9. Study design repositories and reuse libraries
Once a sponsor has authored even a handful of studies in USDM, the model's reuse-friendly structure (Study Elements, Biomedical Concepts, eligibility criterion text, syntax templates) makes it practical to build an internal library of standard, pre-vetted design components — a standard "Screening" element, a standard vital signs BC category, a standard set of contraception-requirement eligibility text. New studies then compose from that library rather than starting from a blank page, which is exactly the "study design repository" use case TransCelerate's adoption stories report as one of the most common starting points in practice.
Putting it together: a realistic first 90 days
For an organization starting from zero, the use cases above suggest a realistic adoption sequence: weeks 1–4, model one real, already-completed study in USDM by hand to build internal familiarity; weeks 5–8, validate it against the CORE rules and attempt one automated derivation (most teams start with SDTM Trial Design domains, since the mapping is the most mature); weeks 9–12, expand to a second, in-flight study and begin building the internal reuse library described above. This mirrors the "incremental, not big-bang" lesson reported consistently across real DDF adoption stories.
Frequently asked questions
What's the single most mature USDM use case today?
Automated creation of SDTM Trial Design domains (TA, TE, TV, TI) is the most concrete and demonstrated use case, including a documented approach using JSONata queries executed directly against USDM API JSON to produce SDTM trial design outputs.
Can USDM generate a patient journey diagram automatically?
Yes.
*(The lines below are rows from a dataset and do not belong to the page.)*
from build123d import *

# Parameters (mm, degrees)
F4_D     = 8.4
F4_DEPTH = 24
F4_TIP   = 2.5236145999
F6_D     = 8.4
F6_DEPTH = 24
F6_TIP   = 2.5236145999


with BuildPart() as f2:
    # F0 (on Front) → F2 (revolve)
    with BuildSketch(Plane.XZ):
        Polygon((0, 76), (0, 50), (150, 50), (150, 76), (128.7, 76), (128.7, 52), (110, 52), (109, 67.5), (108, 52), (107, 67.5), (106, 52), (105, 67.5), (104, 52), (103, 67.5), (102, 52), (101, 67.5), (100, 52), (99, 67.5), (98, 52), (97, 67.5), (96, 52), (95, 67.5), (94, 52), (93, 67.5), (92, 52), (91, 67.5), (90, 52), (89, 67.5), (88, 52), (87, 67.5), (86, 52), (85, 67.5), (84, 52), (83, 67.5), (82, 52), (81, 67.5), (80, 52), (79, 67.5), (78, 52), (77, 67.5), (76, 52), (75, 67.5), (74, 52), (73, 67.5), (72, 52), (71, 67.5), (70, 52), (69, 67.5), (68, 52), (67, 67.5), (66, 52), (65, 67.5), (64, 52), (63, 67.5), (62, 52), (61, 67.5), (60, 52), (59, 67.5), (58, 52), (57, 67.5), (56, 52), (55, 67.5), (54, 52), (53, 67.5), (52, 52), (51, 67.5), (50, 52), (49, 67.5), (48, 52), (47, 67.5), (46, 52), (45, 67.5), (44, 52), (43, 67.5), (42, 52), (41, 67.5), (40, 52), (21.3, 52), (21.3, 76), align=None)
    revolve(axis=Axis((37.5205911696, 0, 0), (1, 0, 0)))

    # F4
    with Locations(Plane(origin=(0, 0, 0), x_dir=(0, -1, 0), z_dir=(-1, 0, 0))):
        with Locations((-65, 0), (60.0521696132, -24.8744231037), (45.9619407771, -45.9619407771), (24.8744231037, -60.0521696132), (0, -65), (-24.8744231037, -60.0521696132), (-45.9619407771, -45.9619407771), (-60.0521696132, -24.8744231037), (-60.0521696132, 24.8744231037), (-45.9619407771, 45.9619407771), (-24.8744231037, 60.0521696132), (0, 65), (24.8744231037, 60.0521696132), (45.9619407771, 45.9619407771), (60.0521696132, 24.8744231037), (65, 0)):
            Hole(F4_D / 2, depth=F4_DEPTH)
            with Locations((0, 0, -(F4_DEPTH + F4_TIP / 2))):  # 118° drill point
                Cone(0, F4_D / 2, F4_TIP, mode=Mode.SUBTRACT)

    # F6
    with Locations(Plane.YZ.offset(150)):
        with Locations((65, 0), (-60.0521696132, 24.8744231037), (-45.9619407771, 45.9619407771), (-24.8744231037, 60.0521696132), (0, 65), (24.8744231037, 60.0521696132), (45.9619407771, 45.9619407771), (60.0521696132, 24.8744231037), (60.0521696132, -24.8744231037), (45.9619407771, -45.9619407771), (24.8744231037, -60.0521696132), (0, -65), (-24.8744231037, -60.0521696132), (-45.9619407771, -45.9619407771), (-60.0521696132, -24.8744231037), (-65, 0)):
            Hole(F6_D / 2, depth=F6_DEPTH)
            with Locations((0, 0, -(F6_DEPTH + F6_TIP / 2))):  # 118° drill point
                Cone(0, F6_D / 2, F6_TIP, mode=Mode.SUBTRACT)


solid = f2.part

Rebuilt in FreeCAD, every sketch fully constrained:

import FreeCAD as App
import Part
import Sketcher


def add_polygon(sketch, points):
    """Adds a closed chain of lines whose ends are joined by coincident constraints."""
    first, n = sketch.GeometryCount, len(points)
    for a, b in zip(points, points[1:] + points[:1]):
        sketch.addGeometry(Part.LineSegment(App.Vector(*a, 0), App.Vector(*b, 0)), False)
    for i in range(n):
        sketch.addConstraint(Sketcher.Constraint("Coincident", first + i, 2, first + (i + 1) % n, 1))

doc = App.newDocument("Part")
body = doc.addObject("PartDesign::Body", "Body")

sketch1 = body.newObject("Sketcher::SketchObject", "Sketch")
sketch1.AttachmentSupport = (doc.getObject("XZ_Plane"), [""])
sketch1.MapMode = "FlatFace"
add_polygon(sketch1, [(0, 76), (0, 50), (150, 50), (150, 76), (129, 76), (129, 52), (110, 52), (109, 68), (108, 52), (107, 68), (106, 52), (105, 68), (104, 52), (103, 68), (102, 52), (101, 68), (100, 52), (99, 68), (98, 52), (97, 68), (96, 52), (95, 68), (94, 52), (93, 68), (92, 52), (91, 68), (90, 52), (89, 68), (88, 52), (87, 68), (86, 52), (85, 68), (84, 52), (83, 68), (82, 52), (81, 68), (80, 52), (79, 68), (78, 52), (77, 68), (76, 52), (75, 68), (74, 52), (73, 68), (72, 52), (71, 68), (70, 52), (69, 68), (68, 52), (67, 68), (66, 52), (65, 68), (64, 52), (63, 68), (62, 52), (61, 68), (60, 52), (59, 68), (58, 52), (57, 68), (56, 52), (55, 68), (54, 52), (53, 68), (52, 52), (51, 68), (50, 52), (49, 68), (48, 52), (47, 68), (46, 52), (45, 68), (44, 52), (43, 68), (42, 52), (41, 68), (40, 52), (21, 52), (21, 76)])
sketch1.addConstraint([
    Sketcher.Constraint("Vertical", 0),
    Sketcher.Constraint("Horizontal", 1),
    Sketcher.Constraint("Vertical", 2),
    Sketcher.Constraint("Horizontal", 3),
    Sketcher.Constraint("Vertical", 4),
    Sketcher.Constraint("Horizontal", 5),
    Sketcher.Constraint("Horizontal", 76),
    Sketcher.Constraint("Vertical", 77),
    Sketcher.Constraint("Horizontal", 78),
    Sketcher.Constraint("PointOnObject", 0, 2, -2),
    Sketcher.Constraint("Parallel", 6, 8),
    Sketcher.Constraint("Parallel", 7, 9),
    Sketcher.Constraint("Parallel", 8, 10),
    Sketcher.Constraint("Parallel", 9, 11),
    Sketcher.Constraint("Parallel", 10, 12),
    Sketcher.Constraint("Parallel", 11, 13),
    Sketcher.Constraint("Parallel", 12, 14),
    Sketcher.Constraint("Parallel", 13, 15),
    Sketcher.Constraint("Parallel", 14, 16),
    Sketcher.Constraint("Parallel", 15, 17),
    Sketcher.Constraint("Parallel", 16, 18),
    Sketcher.Constraint("Parallel", 17, 19),
    Sketcher.Constraint("Parallel", 18, 20),
    Sketcher.Constraint("Parallel", 19, 21),
    Sketcher.Constraint("Parallel", 20, 22),
    Sketcher.Constraint("Parallel", 21, 23),
    Sketcher.Constraint("Parallel", 22, 24),
    Sketcher.Constraint("Parallel", 23, 25),
    Sketcher.Constraint("Parallel", 24, 26),
    Sketcher.Constraint("Parallel", 25, 27),
    Sketcher.Constraint("Parallel", 26, 28),
    Sketcher.Constraint("Parallel", 27, 29),
    Sketcher.Constraint("Parallel", 28, 30),
    Sketcher.Constraint("Parallel", 29, 31),
    Sketcher.Constraint("Parallel", 30, 32),
    Sketcher.Constraint("Parallel", 31, 33),
    Sketcher.Constraint("Parallel", 32, 34),
    Sketcher.Constraint("Parallel", 33, 35),
    Sketcher.Constraint("Parallel", 34, 36),
    Sketcher.Constraint("Parallel", 35, 37),
    Sketcher.Constraint("Parallel", 36, 38),
    Sketcher.Constraint("Parallel", 37, 39),
    Sketcher.Constraint("Parallel", 38, 40),
    Sketcher.Constraint("Parallel", 39, 41),
    Sketcher.Constraint("Parallel", 40, 42),
    Sketcher.Constraint("Parallel", 41, 43),
    Sketcher.Constraint("Parallel", 42, 44),
    Sketcher.Constraint("Parallel", 43, 45),
    Sketcher.Constraint("Parallel", 44, 46),
    Sketcher.Constraint("Parallel", 45, 47),
    Sketcher.Constraint("Parallel", 46, 48),
    Sketcher.Constraint("Parallel", 47, 49),
    Sketcher.Constraint("Parallel", 48, 50),
    Sketcher.Constraint("Parallel", 49, 51),
    Sketcher.Constraint("Parallel", 50, 52),
    Sketcher.Constraint("Parallel", 51, 53),
    Sketcher.Constraint("Parallel", 52, 54),
    Sketcher.Constraint("Parallel", 53, 55),
    Sketcher.Constraint("Parallel", 54, 56),
    Sketcher.Constraint("Parallel", 55, 57),
    Sketcher.Constraint("Parallel", 56, 58),
    Sketcher.Constraint("Parallel", 57, 59),
    Sketcher.Constraint("Parallel", 58, 60),
    Sketcher.Constraint("Parallel", 59, 61),
    Sketcher.Constraint("Parallel", 60, 62),
    Sketcher.Constraint("Parallel", 61, 63),
    Sketcher.Constraint("Parallel", 62, 64),
    Sketcher.Constraint("Parallel", 63, 65),
    Sketcher.Constraint("Parallel", 64, 66),
    Sketcher.Constraint("Parallel", 65, 67),
    Sketcher.Constraint("Parallel", 66, 68),
    Sketcher.Constraint("Parallel", 67, 69),
    Sketcher.Constraint("Parallel", 68, 70),
    Sketcher.Constraint("Parallel", 69, 71),
    Sketcher.Constraint("Parallel", 70, 72),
Because Arm/Epoch/Encounter/ScheduledInstance combinations and their Timing relationships are all explicit in the model, a visualization tool can walk that structure and render a flow diagram for a specific arm without any manual diagramming — including automatically excluding a visit when a ScheduledDecisionInstance condition routes around it.
How does USDM help with EDC set-up?
USDM's Activity → BiomedicalConcept → BiomedicalConceptProperty → ResponseCode chain provides enough detail (required/enabled flags, allowed response codes, repeated-measure sub-timelines) to substantially automate CRF/eCRF form generation, rather than a data manager re-deriving that detail from protocol text.
What adoption lessons has the industry reported?
TransCelerate-shared adoption stories consistently report: change management is the larger barrier (not the technology), an incremental add-on approach works better than a big-bang rollout, and taking small, visible wins to leadership builds the support needed for further investment.